Glenn Ligon is having a big February—the American conceptual artist has not one but two exhibitions, in Luhring Augustine’s two New York locations. In addition to “We Need to Wake Up Cause That's What Time It Is,” the already-acclaimed show of Ligon's work in the gallery’s Bushwick location, Luhring Augustine's Chelsea space will also host both “What We Said Last Time” (a series of prints based on James Baldwin’s 1953 essay “Stranger in the Village”) and “Entanglements,” a curatorial project by the artist featuring pieces by On Kawara, Andy Warhol, and others (opening February 27).
To get you prepared for the coming flood of Ligon-love, here’s an essay by the Hammer Museum's Chief Curator Connie Butler—excerpted from from Phaidon'sDefining Contemporary Art—on the artist's seminal 1991 work Untitled (“I am an invisible man”), one of the earliest examples of his ongoing engagement with text as a consciousness-raising medium.
Glenn Ligon’s work is about creating identities—those we build for ourselves and those determined for us by others. Ligon is part of a generation of artists who came to prominence in the 1990s for work that addressed the personal through emotionally heated subjects like racism and sexism. Because he is African-American, his work is often discussed solely in terms of race. "There was an assumption that artists of color could only and would only talk about their identity," he has said. "From the beginning, myself and a whole group of artists [...] resisted the notion that there was some easily identifiable, unified, readily agreed-upon thing called blackness that we could present in our work."
Although the complex history of race in America is certainly a continual theme for Ligon, the diversity of media and techniques he has employed over the course of his career to create a compelling body of work is mirrored by the breadth of the topics he has tackled—the efficacy of language and the visual image in communications, the problem of authorial presence in a work of art, the role of social versus personal forces in shaping a message. His work forces a critique by its viewer, even if he, as the artist, refuses to take a side. Notes in the Margin of the Black Book (1991-93) juxtaposes the erotic photographs of black male nudes from Robert Mapplethorpe’s 1986 publication Black Book with framed texts taken from a range of sources, some specifically addressing the images at hand, some not. This compilation of provocative images and opinions is presented for our consideration and thoughts on the construction of the black male identity.
Ligon’s most resolved and effective works are his text-based drawings and paintings of the 1990s. In this iconic body of work, the artist selects fragments of text—from works of literature by authors such as James Baldwin, Zora Neale Hurston, and Walt Whitman, or from other sources, including a New York Times article about the defendants in the 1989 Central Park Jogger case—and stencils them onto sheets of paper or canvas. Using black oil stick to trace the words, Ligon’s technique ranges from exacting to deliberately overworked, and the results affect the legibility of the text.

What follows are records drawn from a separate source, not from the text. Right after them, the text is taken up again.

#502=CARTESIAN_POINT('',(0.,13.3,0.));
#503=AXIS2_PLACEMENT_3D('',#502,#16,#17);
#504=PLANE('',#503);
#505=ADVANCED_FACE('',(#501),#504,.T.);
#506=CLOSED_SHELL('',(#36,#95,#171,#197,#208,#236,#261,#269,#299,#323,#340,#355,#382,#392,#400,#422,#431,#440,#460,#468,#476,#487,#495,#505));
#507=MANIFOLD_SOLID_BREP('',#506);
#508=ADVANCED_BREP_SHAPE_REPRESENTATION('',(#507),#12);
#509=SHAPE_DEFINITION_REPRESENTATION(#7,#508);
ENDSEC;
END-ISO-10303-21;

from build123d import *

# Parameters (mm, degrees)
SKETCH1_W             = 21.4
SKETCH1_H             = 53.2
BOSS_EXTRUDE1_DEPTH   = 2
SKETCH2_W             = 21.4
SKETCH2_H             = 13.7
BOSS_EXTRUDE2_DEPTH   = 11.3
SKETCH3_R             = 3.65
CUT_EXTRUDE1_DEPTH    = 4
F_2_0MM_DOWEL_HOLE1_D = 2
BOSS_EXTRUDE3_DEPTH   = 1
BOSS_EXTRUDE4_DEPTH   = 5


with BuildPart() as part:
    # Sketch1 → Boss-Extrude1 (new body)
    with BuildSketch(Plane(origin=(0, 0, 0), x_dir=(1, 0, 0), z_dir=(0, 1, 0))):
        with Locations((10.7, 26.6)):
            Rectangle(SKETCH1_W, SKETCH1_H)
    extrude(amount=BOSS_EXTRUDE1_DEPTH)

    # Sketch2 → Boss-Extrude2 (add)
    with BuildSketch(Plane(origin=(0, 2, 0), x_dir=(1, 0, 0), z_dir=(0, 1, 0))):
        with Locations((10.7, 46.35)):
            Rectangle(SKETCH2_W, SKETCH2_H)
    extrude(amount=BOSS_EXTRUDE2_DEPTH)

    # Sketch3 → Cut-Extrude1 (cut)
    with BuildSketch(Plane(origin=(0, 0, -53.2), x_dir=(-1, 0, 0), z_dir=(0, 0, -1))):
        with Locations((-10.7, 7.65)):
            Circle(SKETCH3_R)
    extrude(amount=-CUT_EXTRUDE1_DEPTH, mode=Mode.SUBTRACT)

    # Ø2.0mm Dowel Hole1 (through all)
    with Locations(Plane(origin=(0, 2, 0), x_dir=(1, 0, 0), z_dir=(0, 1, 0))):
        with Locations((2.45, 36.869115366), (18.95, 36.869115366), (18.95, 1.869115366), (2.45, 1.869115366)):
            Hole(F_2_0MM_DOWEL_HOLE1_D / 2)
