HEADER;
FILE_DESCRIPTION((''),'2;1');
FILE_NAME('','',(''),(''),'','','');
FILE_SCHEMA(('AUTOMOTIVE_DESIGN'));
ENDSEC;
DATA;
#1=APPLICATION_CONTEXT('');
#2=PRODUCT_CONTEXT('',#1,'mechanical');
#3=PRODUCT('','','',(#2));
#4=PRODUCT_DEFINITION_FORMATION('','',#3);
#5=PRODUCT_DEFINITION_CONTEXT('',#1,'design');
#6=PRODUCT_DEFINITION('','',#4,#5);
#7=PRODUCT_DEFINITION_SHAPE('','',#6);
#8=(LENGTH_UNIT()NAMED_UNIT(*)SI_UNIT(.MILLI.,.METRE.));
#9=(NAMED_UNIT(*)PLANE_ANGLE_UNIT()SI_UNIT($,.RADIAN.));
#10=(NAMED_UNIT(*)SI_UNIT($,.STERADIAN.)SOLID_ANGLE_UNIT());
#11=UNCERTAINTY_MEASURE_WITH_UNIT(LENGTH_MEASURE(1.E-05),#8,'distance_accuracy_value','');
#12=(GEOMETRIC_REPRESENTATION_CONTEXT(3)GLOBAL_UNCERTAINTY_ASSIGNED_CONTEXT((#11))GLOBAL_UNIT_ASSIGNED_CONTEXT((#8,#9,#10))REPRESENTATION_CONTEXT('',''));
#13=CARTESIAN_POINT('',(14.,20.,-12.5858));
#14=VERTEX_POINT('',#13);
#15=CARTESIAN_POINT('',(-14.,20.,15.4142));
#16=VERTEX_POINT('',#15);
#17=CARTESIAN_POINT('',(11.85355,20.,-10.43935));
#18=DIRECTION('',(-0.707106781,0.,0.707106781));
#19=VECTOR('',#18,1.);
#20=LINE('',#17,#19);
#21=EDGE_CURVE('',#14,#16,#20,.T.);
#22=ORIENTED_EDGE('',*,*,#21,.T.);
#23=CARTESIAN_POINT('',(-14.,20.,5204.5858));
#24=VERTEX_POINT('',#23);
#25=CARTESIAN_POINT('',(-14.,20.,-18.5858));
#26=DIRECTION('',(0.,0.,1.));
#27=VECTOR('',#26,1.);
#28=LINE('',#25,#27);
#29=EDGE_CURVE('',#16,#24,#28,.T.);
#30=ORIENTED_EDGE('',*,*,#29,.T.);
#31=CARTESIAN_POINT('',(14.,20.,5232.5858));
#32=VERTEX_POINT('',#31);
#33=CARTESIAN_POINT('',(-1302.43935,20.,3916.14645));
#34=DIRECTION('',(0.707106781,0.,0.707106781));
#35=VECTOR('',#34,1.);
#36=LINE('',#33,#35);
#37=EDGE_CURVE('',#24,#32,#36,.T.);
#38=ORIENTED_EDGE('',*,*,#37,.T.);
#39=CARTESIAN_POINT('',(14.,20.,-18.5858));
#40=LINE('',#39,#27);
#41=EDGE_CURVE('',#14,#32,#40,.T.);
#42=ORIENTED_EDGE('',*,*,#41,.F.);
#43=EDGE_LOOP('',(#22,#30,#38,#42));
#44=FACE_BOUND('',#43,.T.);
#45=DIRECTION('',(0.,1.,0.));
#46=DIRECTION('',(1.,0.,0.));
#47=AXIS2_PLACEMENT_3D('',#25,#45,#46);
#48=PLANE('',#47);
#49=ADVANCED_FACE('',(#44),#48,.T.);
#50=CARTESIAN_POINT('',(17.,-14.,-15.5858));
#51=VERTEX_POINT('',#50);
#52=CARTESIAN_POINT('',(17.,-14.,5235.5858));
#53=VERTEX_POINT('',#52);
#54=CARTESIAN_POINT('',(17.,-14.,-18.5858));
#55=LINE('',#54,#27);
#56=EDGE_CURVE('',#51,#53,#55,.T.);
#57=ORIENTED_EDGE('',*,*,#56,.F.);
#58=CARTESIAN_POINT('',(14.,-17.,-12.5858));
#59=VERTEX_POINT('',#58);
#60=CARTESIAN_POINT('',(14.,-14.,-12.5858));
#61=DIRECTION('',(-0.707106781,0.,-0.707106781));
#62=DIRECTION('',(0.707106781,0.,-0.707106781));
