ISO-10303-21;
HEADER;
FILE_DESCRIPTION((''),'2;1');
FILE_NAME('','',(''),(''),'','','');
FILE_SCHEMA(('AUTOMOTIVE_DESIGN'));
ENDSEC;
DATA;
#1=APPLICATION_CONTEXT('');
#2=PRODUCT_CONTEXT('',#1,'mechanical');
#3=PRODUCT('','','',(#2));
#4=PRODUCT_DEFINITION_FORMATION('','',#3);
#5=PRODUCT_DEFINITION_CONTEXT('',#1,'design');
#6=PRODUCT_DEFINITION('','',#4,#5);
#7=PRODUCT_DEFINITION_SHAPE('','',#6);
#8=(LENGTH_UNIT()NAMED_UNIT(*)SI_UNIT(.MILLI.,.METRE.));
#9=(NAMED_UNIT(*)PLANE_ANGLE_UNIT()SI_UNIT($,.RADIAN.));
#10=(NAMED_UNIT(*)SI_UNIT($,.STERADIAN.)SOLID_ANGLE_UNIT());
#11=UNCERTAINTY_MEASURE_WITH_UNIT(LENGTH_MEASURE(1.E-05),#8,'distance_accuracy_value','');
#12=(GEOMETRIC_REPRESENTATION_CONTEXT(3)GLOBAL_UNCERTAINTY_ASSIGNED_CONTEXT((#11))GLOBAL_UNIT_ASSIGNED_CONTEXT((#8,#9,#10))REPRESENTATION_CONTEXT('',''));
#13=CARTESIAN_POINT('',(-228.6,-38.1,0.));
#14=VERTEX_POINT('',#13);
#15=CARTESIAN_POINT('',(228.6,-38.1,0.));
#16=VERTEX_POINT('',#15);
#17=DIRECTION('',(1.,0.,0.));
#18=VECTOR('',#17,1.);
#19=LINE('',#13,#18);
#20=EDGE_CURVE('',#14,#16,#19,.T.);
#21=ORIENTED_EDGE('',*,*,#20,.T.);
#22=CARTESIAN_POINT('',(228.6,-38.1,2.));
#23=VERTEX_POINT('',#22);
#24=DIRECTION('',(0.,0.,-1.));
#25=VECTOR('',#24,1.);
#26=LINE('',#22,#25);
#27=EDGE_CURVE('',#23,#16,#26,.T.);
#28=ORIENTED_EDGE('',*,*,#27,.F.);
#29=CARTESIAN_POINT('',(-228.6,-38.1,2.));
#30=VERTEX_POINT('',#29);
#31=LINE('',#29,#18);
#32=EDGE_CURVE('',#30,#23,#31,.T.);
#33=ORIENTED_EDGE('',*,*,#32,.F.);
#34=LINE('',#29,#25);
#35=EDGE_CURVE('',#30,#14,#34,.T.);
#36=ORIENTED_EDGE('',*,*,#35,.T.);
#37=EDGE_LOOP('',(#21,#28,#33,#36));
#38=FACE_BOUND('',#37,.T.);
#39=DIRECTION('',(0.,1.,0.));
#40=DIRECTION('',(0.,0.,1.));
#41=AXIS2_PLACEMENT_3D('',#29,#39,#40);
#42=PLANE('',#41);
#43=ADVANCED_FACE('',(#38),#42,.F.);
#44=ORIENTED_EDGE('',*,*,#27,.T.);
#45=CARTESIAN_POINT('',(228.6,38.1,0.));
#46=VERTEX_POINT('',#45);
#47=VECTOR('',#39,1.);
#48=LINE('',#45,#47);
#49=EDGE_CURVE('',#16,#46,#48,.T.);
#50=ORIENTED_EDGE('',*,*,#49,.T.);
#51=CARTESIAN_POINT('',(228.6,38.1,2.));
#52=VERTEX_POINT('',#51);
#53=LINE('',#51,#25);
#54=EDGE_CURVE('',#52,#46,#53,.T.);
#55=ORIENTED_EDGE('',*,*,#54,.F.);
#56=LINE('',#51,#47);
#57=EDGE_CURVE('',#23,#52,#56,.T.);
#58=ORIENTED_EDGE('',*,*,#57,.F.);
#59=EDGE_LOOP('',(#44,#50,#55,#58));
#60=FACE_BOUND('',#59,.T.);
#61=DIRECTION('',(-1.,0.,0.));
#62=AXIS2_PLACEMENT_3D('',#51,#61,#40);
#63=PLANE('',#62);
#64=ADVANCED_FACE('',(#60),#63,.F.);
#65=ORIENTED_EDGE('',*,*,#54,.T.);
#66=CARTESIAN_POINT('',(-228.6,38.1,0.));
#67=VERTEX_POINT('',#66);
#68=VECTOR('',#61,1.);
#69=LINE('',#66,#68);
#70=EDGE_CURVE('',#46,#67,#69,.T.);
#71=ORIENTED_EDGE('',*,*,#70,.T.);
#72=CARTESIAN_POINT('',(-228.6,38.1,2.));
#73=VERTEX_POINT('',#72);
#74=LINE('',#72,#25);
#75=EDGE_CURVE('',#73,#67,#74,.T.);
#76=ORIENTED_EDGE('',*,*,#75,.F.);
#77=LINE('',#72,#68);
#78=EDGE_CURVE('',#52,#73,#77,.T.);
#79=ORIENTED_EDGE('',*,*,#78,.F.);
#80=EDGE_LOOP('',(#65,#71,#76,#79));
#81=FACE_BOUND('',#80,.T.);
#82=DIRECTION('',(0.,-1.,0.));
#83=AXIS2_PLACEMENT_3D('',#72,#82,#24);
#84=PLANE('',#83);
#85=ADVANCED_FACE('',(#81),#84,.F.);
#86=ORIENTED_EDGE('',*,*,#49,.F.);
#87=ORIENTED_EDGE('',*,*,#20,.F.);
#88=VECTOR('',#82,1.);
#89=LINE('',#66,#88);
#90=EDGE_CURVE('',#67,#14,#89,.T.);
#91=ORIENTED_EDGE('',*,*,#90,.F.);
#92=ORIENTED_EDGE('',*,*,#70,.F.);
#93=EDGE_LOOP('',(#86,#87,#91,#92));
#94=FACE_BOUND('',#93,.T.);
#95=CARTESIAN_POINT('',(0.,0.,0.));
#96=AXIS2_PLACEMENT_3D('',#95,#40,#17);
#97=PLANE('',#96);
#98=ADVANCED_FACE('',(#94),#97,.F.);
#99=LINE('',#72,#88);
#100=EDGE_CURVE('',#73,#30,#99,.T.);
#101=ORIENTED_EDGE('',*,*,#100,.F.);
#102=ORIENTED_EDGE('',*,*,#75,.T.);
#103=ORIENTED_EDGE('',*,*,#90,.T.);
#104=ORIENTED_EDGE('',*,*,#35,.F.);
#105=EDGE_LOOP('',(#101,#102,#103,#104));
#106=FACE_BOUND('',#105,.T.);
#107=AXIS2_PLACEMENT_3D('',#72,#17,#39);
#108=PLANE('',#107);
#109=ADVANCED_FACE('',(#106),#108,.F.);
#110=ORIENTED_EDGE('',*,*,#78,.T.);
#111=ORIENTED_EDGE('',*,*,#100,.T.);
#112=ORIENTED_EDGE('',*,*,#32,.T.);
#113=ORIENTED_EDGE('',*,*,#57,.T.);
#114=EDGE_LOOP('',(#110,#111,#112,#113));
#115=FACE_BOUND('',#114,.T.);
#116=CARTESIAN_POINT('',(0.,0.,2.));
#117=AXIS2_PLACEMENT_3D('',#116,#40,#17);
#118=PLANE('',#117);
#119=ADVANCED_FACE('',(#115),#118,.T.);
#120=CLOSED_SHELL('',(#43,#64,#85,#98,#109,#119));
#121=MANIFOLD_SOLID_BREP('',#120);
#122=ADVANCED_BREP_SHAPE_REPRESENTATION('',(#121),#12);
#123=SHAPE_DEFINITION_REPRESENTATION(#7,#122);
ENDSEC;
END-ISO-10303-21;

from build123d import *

# Parameters (mm, degrees)
SKETCH_1_W      = 457.2
SKETCH_1_H      = 76.2
EXTRUDE_1_DEPTH = 2


with BuildPart() as part:
    # Эскиз1 → Бобышка-Вытянуть1 (new body)
    with BuildSketch(Plane.XY):
        Rectangle(SKETCH_1_W, SKETCH_1_H)
    extrude(amount=EXTRUDE_1_DEPTH)


solid = part.part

While letters at the top of the composition may be clearly outlined, thicker and smudgier layers of paint further down obscure the words beyond recognition; we are aware that the information is there, but we can’t access it. In later works, Ligon began adding coal dust, which would stick to areas of wet lettering, further complicating any attempts to read the text but adding a luscious textural element, clearly positioning them as visually seductive works of art as well as fragments of writing. The conflict between the efficacy of these two forms of communication is often at the heart of these works. "Text demands to be read," says Ligon, "and perhaps the withdrawal of the text, the frustration of the ability to decipher it, reflects a certain pessimism on my part about the ability and the desire to communicate."
With this in mind, Ligon’s Untitled(“I am an invisible man”), with its excerpt from the famous first lines of Ralph Ellison’s 1952 novel Invisible Man, is a brilliant inversion of the expected relation between text and image. As the author elaborates on the premise that his character (or is it Ligon himself?) is invisible, the text becomes increasingly illegible, while the visual draw of the work as a visual art object grows with the layers of thick oil stick. A separate, floating statement—"I’m not"—is superimposed on the longer text but has a reverse relationship to the composition; the first word gets lost somewhat at top, while the emphatic denial is very clear at bottom. The work is about a kind of cultural blindness, literally enacted by the viewer. Reading is obfuscated even as identity is constructed.